Steve, who says that a stadium and high-density residential are mutually exclusive? Why not have both? And why not surround a stadium with high-density residential and offices, shops, restaurants, a grocery store, a movie theater, and parks? Not a ground-breaking idea.
Raleigh needs to get it together! Charlotte is becoming the next city to get on the map… democratic convention and now talk of the super bowl is really good to hear but what is Raleigh doing, honestly? The problem with Raleigh is it doesn’t even care about doing more city like things instead of all this neighborhood friendly stuff! The light rail should have been here by now and mass transit needs a serious upgrade here. How is it that Durham has better bus service than Raleigh and it is half the size! There are too many people and city leaders who whine like pussies anytime Raleigh does something to try and grow up. I mean honestly Raleigh’s skyline is literally almost the same as it was 20 years ago. Pnc is the only Skyscraper we have built in forever. If it is a grocery store, car dealership or a shopping center than that is welcomed here but anything that has a serious impact like a downtown arena, light rail, skyscraper, or vibrant nightlife choices is frowned on here! Cmon Raleigh do something different for a change!
You lost all credibility, and I stress all credibility with the “vibrant nightlife choices” finale to your rant. Downtown Raleigh needs retail, and as the economy turns the skyscrapers will come. You must not have notices the new 300 million dollar courthouse, or the Marriott, or the SECU building when glancing at that 20 year old skyline?
hackles 10 you are a joke if you honestly believe that the courthouse and the SECU is a skyscraper… you must have lived in Raleigh all your life to think that. Raleigh has no real skyscrapers only high rises and there are only three of them. It is so funny how Raleigh folk get so offended when people say their city sucks. Get it together then! And by the way I still honestly don’t think the skyscrapers will come because Raleigh doesn’t even have the strong business atmosphere in downtown its all in the RTP. The truth hurts buddy!
Raleigh’s skyline does suck a big phat one…

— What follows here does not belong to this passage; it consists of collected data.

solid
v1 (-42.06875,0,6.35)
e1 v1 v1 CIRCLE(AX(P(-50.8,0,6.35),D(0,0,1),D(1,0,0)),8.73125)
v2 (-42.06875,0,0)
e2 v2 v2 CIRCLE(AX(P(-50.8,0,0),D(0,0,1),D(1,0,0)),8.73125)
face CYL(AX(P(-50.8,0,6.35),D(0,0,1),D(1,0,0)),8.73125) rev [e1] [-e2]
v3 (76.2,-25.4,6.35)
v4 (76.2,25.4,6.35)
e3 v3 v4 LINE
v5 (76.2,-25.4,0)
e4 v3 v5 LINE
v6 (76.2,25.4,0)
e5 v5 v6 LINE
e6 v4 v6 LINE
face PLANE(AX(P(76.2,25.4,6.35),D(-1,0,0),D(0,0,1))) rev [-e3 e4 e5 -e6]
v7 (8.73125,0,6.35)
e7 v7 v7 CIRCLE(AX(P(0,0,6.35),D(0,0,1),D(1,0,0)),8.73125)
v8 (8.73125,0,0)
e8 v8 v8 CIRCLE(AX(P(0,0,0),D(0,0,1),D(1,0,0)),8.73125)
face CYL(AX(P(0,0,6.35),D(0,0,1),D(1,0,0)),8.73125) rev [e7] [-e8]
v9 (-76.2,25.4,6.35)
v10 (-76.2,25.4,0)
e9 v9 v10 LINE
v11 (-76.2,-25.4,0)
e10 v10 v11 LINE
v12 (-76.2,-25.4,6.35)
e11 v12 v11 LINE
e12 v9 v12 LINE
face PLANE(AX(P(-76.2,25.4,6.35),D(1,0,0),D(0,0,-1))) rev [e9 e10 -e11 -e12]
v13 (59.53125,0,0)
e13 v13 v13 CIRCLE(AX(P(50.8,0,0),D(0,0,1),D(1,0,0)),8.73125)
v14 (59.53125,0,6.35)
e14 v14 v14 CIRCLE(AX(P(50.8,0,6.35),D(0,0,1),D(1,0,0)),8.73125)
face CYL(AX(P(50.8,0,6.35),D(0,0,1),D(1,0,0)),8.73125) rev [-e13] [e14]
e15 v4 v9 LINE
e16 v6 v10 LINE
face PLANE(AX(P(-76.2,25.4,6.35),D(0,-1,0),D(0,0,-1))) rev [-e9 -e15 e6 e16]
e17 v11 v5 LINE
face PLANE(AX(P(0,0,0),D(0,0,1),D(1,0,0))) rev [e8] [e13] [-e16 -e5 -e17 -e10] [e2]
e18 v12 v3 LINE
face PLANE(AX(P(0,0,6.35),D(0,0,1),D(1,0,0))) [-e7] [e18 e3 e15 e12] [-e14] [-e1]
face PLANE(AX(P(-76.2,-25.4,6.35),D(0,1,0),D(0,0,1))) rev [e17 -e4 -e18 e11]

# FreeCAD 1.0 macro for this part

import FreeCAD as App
import Part
import Sketcher
from FreeCAD import Vector
Q = App.Units.Quantity


def add_polygon(sketch, points):
    """Adds a closed chain of lines whose ends are joined by coincident constraints."""
    first, n = sketch.GeometryCount, len(points)
    for a, b in zip(points, points[1:] + points[:1]):
        sketch.addGeometry(Part.LineSegment(App.Vector(*a, 0), App.Vector(*b, 0)), False)
    for i in range(n):
        sketch.addConstraint(Sketcher.Constraint("Coincident", first + i, 2, first + (i + 1) % n, 1))

doc = App.newDocument("Part")
body = doc.addObject("PartDesign::Body", "Body")

# Sketch on XY plane
sketch1 = body.newObject("Sketcher::SketchObject", "Sketch")
sketch1.AttachmentSupport = (doc.getObject("XY_Plane"), [""])
sketch1.MapMode = "FlatFace"
add_polygon(sketch1, [(-76, 25), (-76, -25), (76, -25), (76, 25)])  # lines 0-3
sketch1.addConstraint(Sketcher.Constraint("Vertical", 0))
sketch1.addConstraint(Sketcher.Constraint("Horizontal", 1))
sketch1.addConstraint(Sketcher.Constraint("Vertical", 2))
sketch1.addConstraint(Sketcher.Constraint("Horizontal", 3))
sketch1.addConstraint(Sketcher.Constraint("Symmetric", 0, 2, 2, 2, -1, 1))
sketch1.addConstraint(Sketcher.Constraint("DistanceX", 1, 1, 1, 2, Q("6 in")))
sketch1.addConstraint(Sketcher.Constraint("DistanceY", 0, 2, 0, 1, Q("2 in")))
pad1 = body.newObject("PartDesign::Pad", "Pad")
pad1.Profile = sketch1
pad1.Length = Q("0.25 in")

# Sketch on XY plane
sketch2 = body.newObject("Sketcher::SketchObject", "Sketch001")
sketch2.AttachmentSupport = (doc.getObject("XY_Plane"), [""])
sketch2.MapMode = "FlatFace"
sketch2.AttachmentOffset = App.Placement(Vector(0, 0, 0.25 * 25.4), App.Rotation())
sketch2.addGeometry(Part.Circle(Vector(0, 0, 0), Vector(0, 0, 1), 9), False)
sketch2.addGeometry(Part.Circle(Vector(51, 0, 0), Vector(0, 0, 1), 9), False)
sketch2.addGeometry(Part.Circle(Vector(-51, 0, 0), Vector(0, 0, 1), 9), False)
sketch2.addConstraint(Sketcher.Constraint("Coincident", 0, 3, -1, 1))
sketch2.addConstraint(Sketcher.Constraint("Equal", 0, 1))
sketch2.addConstraint(Sketcher.Constraint("Equal", 1, 2))
sketch2.addConstraint(Sketcher.Constraint("Symmetric", 1, 3, 2, 3, -1, 1))
sketch2.addConstraint(Sketcher.Constraint("PointOnObject", 1, 3, -1))
sketch2.addConstraint(Sketcher.Constraint("Diameter", 0, Q("0.6875 in")))
sketch2.addConstraint(Sketcher.Constraint("DistanceX", -1, 1, 1, 3, Q("2 in")))
doc.recompute()
hole = body.newObject("PartDesign::Hole", "Hole")
hole.Profile = sketch2
hole.ThreadType = "None"
hole.Diameter = Q("0.6875 in")
hole.DepthType = "ThroughAll"

doc.recompute()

I think the skyline gets over emphasized by a lot of people. Sure, it’s good for photography and makes downtown look great from the burbs, but when I think about my favorite places in cities that I have visited, they are pretty much all mid-rise neighborhoods. A skyscraper is visually impressive, but I think I would take multiple 4 or 5 story developments over a skyscraper most of the time. There is a certain point vertically where I think buildings stop adding to street level vibrancy and may even start detracting from it.
Mike, I don’t think they’re mutually exclusive. However, I was talking about the site above and similar sites downtown that people are/were talking about using for an arena. These sites are so small that having anything other than the stadium isn’t spatially possible. Though I don’t really understand the arguments about arenas creating vibrancy. There are lots of arenas that are highly vibrant for certain events, but the idea that they’re 12-month centers of activity is a little silly. The most active areas of any city are places that draw people daily or at least weekly. Nobody would argue that Yankee Stadium or Madison Square Garden is the most active area of New York or even that the arena is the most active area of a college campus. If we’re talking about Glenwood South, I think the idea of building an arena is basically a non-starter, not least of all because of the Eminent Domain suits that would consume the dozens of property owners in the area and staunch resistance the people in Cameron Park, Glenwood and other neighborhoods would put up.